(Saved entries)
>>>>>

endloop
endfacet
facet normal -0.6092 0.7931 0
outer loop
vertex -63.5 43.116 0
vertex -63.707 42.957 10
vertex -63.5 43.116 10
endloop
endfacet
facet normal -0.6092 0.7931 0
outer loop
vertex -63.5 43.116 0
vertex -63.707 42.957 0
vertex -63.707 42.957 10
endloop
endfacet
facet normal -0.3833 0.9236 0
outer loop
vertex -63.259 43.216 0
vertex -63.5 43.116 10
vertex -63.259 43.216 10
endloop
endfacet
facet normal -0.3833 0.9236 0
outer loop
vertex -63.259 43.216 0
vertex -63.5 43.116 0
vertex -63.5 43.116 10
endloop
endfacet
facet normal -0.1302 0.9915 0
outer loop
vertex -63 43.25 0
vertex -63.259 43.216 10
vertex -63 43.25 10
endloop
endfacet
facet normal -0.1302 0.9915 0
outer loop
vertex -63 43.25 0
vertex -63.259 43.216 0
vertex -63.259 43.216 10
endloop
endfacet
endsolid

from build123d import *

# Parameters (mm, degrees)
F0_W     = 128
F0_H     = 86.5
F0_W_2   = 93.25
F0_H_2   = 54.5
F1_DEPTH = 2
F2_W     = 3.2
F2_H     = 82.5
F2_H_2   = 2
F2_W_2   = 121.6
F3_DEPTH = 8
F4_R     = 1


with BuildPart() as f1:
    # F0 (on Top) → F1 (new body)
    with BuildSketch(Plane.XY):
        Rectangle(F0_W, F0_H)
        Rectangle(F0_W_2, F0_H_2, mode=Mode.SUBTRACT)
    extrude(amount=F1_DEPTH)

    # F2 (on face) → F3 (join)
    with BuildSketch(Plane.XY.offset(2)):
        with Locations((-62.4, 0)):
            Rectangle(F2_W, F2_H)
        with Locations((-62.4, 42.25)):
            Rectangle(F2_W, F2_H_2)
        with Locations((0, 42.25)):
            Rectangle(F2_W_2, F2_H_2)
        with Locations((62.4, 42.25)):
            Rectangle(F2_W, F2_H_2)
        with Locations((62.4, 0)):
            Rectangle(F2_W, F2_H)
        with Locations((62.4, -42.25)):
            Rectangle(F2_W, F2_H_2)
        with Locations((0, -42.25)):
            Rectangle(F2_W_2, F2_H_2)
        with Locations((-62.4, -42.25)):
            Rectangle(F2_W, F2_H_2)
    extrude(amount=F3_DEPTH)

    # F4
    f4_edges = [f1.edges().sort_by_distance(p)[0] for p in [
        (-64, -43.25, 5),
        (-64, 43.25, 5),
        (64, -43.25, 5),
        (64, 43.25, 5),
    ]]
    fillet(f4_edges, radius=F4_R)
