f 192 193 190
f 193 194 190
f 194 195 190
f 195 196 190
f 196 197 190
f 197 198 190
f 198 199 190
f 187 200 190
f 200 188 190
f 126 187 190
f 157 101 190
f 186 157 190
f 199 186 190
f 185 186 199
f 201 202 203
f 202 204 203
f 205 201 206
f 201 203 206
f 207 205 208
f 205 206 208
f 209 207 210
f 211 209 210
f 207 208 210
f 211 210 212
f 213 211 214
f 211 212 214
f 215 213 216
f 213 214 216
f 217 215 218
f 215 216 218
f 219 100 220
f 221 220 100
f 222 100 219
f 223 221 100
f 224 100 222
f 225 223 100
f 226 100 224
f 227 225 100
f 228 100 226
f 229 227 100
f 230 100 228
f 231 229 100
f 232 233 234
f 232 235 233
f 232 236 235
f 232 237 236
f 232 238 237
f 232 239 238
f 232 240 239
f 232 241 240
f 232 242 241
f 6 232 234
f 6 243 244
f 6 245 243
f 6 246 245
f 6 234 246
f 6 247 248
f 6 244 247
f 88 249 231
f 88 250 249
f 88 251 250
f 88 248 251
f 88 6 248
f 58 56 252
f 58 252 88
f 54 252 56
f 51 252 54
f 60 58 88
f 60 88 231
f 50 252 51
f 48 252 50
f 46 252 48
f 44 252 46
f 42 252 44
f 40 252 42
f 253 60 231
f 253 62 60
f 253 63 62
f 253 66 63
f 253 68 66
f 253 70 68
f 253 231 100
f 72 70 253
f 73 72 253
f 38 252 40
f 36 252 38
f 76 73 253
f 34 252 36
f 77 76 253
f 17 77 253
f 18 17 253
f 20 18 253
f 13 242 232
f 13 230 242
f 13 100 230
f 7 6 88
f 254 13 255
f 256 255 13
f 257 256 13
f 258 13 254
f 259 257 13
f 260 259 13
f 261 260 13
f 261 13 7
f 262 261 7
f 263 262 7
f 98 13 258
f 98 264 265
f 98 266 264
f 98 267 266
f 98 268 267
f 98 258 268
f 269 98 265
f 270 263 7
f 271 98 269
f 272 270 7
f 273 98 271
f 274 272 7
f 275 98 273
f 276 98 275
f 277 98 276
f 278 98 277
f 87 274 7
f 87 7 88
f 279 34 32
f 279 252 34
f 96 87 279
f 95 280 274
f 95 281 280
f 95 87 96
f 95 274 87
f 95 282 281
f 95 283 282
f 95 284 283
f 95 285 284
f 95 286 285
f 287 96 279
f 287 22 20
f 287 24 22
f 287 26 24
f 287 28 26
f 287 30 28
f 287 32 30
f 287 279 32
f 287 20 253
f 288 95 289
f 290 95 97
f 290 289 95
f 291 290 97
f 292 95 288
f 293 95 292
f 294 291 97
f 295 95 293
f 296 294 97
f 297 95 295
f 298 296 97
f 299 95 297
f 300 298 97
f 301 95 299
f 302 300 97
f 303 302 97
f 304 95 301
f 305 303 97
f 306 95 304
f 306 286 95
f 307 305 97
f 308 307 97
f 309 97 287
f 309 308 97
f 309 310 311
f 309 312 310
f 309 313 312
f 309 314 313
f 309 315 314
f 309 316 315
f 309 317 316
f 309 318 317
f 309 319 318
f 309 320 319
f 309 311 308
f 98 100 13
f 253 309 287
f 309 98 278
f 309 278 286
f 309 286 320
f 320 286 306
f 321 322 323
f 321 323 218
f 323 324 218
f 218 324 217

<<<<<

**Activity:** Take the records above and return, word for word, only the lines that fall from the line with "Rectangle(F0_W_2, F0_H_2, mode=Mode.SUBTRACT)" to the line with "f 6 232 234", both of them included.

**Task result:**
        Rectangle(F0_W_2, F0_H_2, mode=Mode.SUBTRACT)
    extrude(amount=F1_DEPTH)

    # F2 (on face) → F3 (join)
    with BuildSketch(Plane.XY.offset(2)):
        with Locations((-62.4, 0)):
            Rectangle(F2_W, F2_H)
        with Locations((-62.4, 42.25)):
            Rectangle(F2_W, F2_H_2)
        with Locations((0, 42.25)):
            Rectangle(F2_W_2, F2_H_2)
        with Locations((62.4, 42.25)):
            Rectangle(F2_W, F2_H_2)
        with Locations((62.4, 0)):
            Rectangle(F2_W, F2_H)
        with Locations((62.4, -42.25)):
            Rectangle(F2_W, F2_H_2)
        with Locations((0, -42.25)):
            Rectangle(F2_W_2, F2_H_2)
        with Locations((-62.4, -42.25)):
            Rectangle(F2_W, F2_H_2)
    extrude(amount=F3_DEPTH)

    # F4
    f4_edges = [f1.edges().sort_by_distance(p)[0] for p in [
        (-64, -43.25, 5),
        (-64, 43.25, 5),
        (64, -43.25, 5),
        (64, 43.25, 5),
    ]]
    fillet(f4_edges, radius=F4_R)
f 192 193 190
f 193 194 190
f 194 195 190
f 195 196 190
f 196 197 190
f 197 198 190
f 198 199 190
f 187 200 190
f 200 188 190
f 126 187 190
f 157 101 190
f 186 157 190
f 199 186 190
f 185 186 199
f 201 202 203
f 202 204 203
f 205 201 206
f 201 203 206
f 207 205 208
f 205 206 208
f 209 207 210
f 211 209 210
f 207 208 210
f 211 210 212
f 213 211 214
f 211 212 214
f 215 213 216
f 213 214 216
f 217 215 218
f 215 216 218
f 219 100 220
f 221 220 100
f 222 100 219
f 223 221 100
f 224 100 222
f 225 223 100
f 226 100 224
f 227 225 100
f 228 100 226
f 229 227 100
f 230 100 228
f 231 229 100
f 232 233 234
f 232 235 233
f 232 236 235
f 232 237 236
f 232 238 237
f 232 239 238
f 232 240 239
f 232 241 240
f 232 242 241
f 6 232 234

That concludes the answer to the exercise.